Канны-2013. Какой толк от женщин?
«Только Бог простит», Майкл Дуглас неглиже и окончательное решение женского вопроса — в третьей серии каннских дневников испытывающего фестивальное похмелье ДЕНИСА РУЗАЕВА
Чем дольше идет фестиваль, тем становится яснее: главный жанр в актуальном современном кино — комедия. Меньше всего я ожидал наткнуться на подтверждение этого подозрения в зале «Бунюэль», где в основном показывают архивную классику. Но вот, пожалуйста. «Какой толк от женщин?» — задается вопросом усатый щеголь с довоенной кинопленки в самом начале испанской документалки «Босая и на кухне» и тут же сам себе отвечает: «Никакого!» «Босая и на кухне» — результат нескольких лет труда программного директора фестиваля в Сан-Себастьяне Диего Галана, монтажное исследование истории репрезентации слабого пола в испанском кино. 140 фильмов и 70 лет эволюции — от мещанок и проституток Второй республики через рабынь кухни и брака времен Франко к свободным в своих нервных срывах дамочкам Альмодовара — и все за какие-то час двадцать.

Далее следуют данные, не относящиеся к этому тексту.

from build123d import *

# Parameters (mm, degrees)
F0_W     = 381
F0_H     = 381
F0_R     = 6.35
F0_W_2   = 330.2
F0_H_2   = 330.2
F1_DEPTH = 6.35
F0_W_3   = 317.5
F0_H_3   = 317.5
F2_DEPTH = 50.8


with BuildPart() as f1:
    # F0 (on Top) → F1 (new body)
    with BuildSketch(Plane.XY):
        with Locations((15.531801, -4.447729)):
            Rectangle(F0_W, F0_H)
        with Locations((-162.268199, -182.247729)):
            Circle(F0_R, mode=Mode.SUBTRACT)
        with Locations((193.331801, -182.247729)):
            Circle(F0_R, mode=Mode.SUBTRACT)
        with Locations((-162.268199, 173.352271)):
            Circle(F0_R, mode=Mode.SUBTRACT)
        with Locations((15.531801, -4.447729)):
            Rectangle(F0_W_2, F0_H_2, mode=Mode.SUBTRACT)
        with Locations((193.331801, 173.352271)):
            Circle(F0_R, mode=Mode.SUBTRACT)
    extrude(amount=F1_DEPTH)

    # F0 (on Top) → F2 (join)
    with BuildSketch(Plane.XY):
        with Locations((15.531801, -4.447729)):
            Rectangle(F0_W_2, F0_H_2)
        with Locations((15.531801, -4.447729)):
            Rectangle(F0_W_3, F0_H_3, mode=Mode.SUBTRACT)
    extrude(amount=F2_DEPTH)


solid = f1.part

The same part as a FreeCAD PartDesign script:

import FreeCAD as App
import Part
import Sketcher
from FreeCAD import Vector
Q = App.Units.Quantity


def add_polygon(sketch, points):
    """Adds a closed chain of lines whose ends are joined by coincident constraints."""
    first, n = sketch.GeometryCount, len(points)
    for a, b in zip(points, points[1:] + points[:1]):
        sketch.addGeometry(Part.LineSegment(App.Vector(*a, 0), App.Vector(*b, 0)), False)
    for i in range(n):
        sketch.addConstraint(Sketcher.Constraint("Coincident", first + i, 2, first + (i + 1) % n, 1))

doc = App.newDocument("Part")
body = doc.addObject("PartDesign::Body", "Body")

# Sketch on XY plane
sketch1 = body.newObject("Sketcher::SketchObject", "Sketch")
sketch1.AttachmentSupport = (doc.getObject("XY_Plane"), [""])
sketch1.MapMode = "FlatFace"
add_polygon(sketch1, [(-175, 186), (-175, -195), (206, -195), (206, 186)])  # lines 0-3
sketch1.addGeometry(Part.Circle(Vector(-162, -182, 0), Vector(0, 0, 1), 6), False)  # 4
sketch1.addGeometry(Part.Circle(Vector(193, -182, 0), Vector(0, 0, 1), 6), False)  # 5
sketch1.addGeometry(Part.Circle(Vector(-162, 173, 0), Vector(0, 0, 1), 6), False)  # 6
add_polygon(sketch1, [(181, -170), (-150, -170), (-150, 161), (181, 161)])  # lines 7-10
sketch1.addGeometry(Part.Circle(Vector(193, 173, 0), Vector(0, 0, 1), 6), False)  # 11
sketch1.addConstraint(Sketcher.Constraint("Vertical", 0))
sketch1.addConstraint(Sketcher.Constraint("Horizontal", 1))
sketch1.addConstraint(Sketcher.Constraint("Vertical", 2))
sketch1.addConstraint(Sketcher.Constraint("Horizontal", 3))
sketch1.addConstraint(Sketcher.Constraint("Horizontal", 7))
sketch1.addConstraint(Sketcher.Constraint("Vertical", 8))
sketch1.addConstraint(Sketcher.Constraint("Horizontal", 9))
sketch1.addConstraint(Sketcher.Constraint("Vertical", 10))
sketch1.addConstraint(Sketcher.Constraint("Equal", 4, 5))
sketch1.addConstraint(Sketcher.Constraint("Equal", 5, 6))
sketch1.addConstraint(Sketcher.Constraint("Equal", 6, 11))
sketch1.addConstraint(Sketcher.Constraint("Horizontal", 4, 3, 5, 3))
sketch1.addConstraint(Sketcher.Constraint("Horizontal", 6, 3, 11, 3))
sketch1.addConstraint(Sketcher.Constraint("Vertical", 4, 3, 6, 3))
sketch1.addConstraint(Sketcher.Constraint("Vertical", 5, 3, 11, 3))
sketch1.addConstraint(Sketcher.Constraint("Equal", 3, 0))
sketch1.addConstraint(Sketcher.Constraint("Equal", 9, 8))
sketch1.addConstraint(Sketcher.Constraint("Diameter", 4, Q("0.5 in")))
sketch1.addConstraint(Sketcher.Constraint("DistanceX", 1, 1, 1, 2, Q("15 in")))
sketch1.addConstraint(Sketcher.Constraint("DistanceX", 7, 2, 7, 1, Q("13 in")))
sketch1.addConstraint(Sketcher.Constraint("DistanceX", 4, 3, 5, 3, Q("14 in")))
sketch1.addConstraint(Sketcher.Constraint("DistanceY", 4, 3, 6, 3, Q("14 in")))
sketch1.addConstraint(Sketcher.Constraint("DistanceX", 0, 2, 7, 2, Q("1 in")))
sketch1.addConstraint(Sketcher.Constraint("DistanceY", 0, 2, 7, 2, Q("1 in")))
sketch1.addConstraint(Sketcher.Constraint("DistanceX", 0, 2, 4, 3, Q("0.5 in")))
sketch1.addConstraint(Sketcher.Constraint("DistanceY", 0, 2, 4, 3, Q("0.5 in")))
sketch1.addConstraint(Sketcher.Constraint("DistanceX", 4, 3, -1, 1, 162.268199))
sketch1.addConstraint(Sketcher.Constraint("DistanceY", 4, 3, -1, 1, 182.247729))
pad1 = body.newObject("PartDesign::Pad", "Pad")
pad1.Profile = sketch1
pad1.Length = Q("0.25 in")

# Sketch on XY plane
sketch2 = body.newObject("Sketcher::SketchObject", "Sketch001")
sketch2.AttachmentSupport = (doc.getObject("XY_Plane"), [""])
sketch2.MapMode = "FlatFace"
add_polygon(sketch2, [(-150, 161), (-150, -170), (181, -170), (181, 161)])  # lines 0-3
add_polygon(sketch2, [(174, -163), (-143, -163), (-143, 154), (174, 154)])  # lines 4-7
sketch2.addConstraint(Sketcher.Constraint("Vertical", 0))
sketch2.addConstraint(Sketcher.Constraint("Horizontal", 1))
sketch2.addConstraint(Sketcher.Constraint("Vertical", 2))
sketch2.addConstraint(Sketcher.Constraint("Horizontal", 3))
sketch2.addConstraint(Sketcher.Constraint("Horizontal", 4))
sketch2.addConstraint(Sketcher.Constraint("Vertical", 5))
sketch2.addConstraint(Sketcher.Constraint("Horizontal", 6))
sketch2.addConstraint(Sketcher.Constraint("Vertical", 7))
sketch2.addConstraint(Sketcher.Constraint("Equal", 3, 0))
sketch2.addConstraint(Sketcher.Constraint("Equal", 6, 5))
sketch2.addConstraint(Sketcher.Constraint("DistanceX", 1, 1, 1, 2, Q("13 in")))
sketch2.addConstraint(Sketcher.Constraint("DistanceX", 4, 2, 4, 1, Q("12.5 in")))
sketch2.addConstraint(Sketcher.Constraint("DistanceX", 0, 2, 4, 2, Q("0.25 in")))
sketch2.addConstraint(Sketcher.Constraint("DistanceY", 0, 2, 4, 2, Q("0.25 in")))
sketch2.addConstraint(Sketcher.Constraint("DistanceX", 0, 2, -1, 1, 149.568199))
sketch2.addConstraint(Sketcher.Constraint("DistanceY", 0, 2, -1, 1, 169.547729))
pad2 = body.newObject("PartDesign::Pad", "Pad001")
pad2.Profile = sketch2
pad2.Length = Q("2 in")

doc.recompute()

Серьезность темы обманчива — смотрится «Босая и на кухне» как самый легкомысленный на свете роман воспитания. Иначе порубленные в мелкую труху кадры из «Операций Би-ки-ни» и «Изабелл Арагонских», наверное, восприниматься и не могут. Сам Галан тоже не скрывает иронического подтекста своей «научной» работы: предпочитает те отрывки, где поют и пляшут (так показательнее), посвящает самый большой кусок фильма убежденности испанских режиссеров 40—60-х в том, что единственная мечта женщины — свадьба, время от времени произносит за кадром что-то вроде «Некоторые консервативные сенаторы пытались выступать против хлынувшей на экраны обнаженки. Но бесполезно — остальные смотрели на них как на дураков». При всем этом «Босая» — вполне компетентный учебник истории испанского кино (здесь очевидны и выразительность ранних звуковых фильмов, и бездарность франкистских авторов, и лихая вольница первых лет демократии, и даже непритязательность современного испанского мейнстрима). Кто бы мог подумать, что у киноведов есть чувство юмора, а история, в реальности не лишенная трагедий, вдруг окажется столь убийственно смешной?
***
Напротив, совсем без женщин обходятся герои «За канделябрами» Стивена Содерберга, истории романа пожилого кэмп-пианиста Либераче (Майкл Дуглас в гарантированно возмутительном виде), звезды ТВ и вегасовских шоу 70-х, и молодого дрессировщика собак Скотта Торсона (не менее запоминающийся Мэтт Деймон). Тем интереснее, что и эта картина лучше всего смотрится с комедийной перспективы. Визуальный ряд «За канделябрами» поражает дух — причем речь не только о запредельных нарядах героев и ретро-стилизации под самую пошлую на свете эпоху. Акценты Содерберг обозначает одной только постановкой камеры — чаще всего, особенно в завязке фильма, та следит за героями, кружась где-то в области между коленями и пахом. Разом выдаются как нелепость штанов в облипку, так и предельная важность сексуальной сферы в жизни персонажей. Некоторая, хм, нетрадиционность формы, увы, все-таки проигрывает в сражении с традиционностью выбранного нарратива — сценарий написан не привычными содерберговскими конфидентами, а Ричардом ЛаГравенезе, мастером мелодрам вроде «P.S. Я тебя люблю».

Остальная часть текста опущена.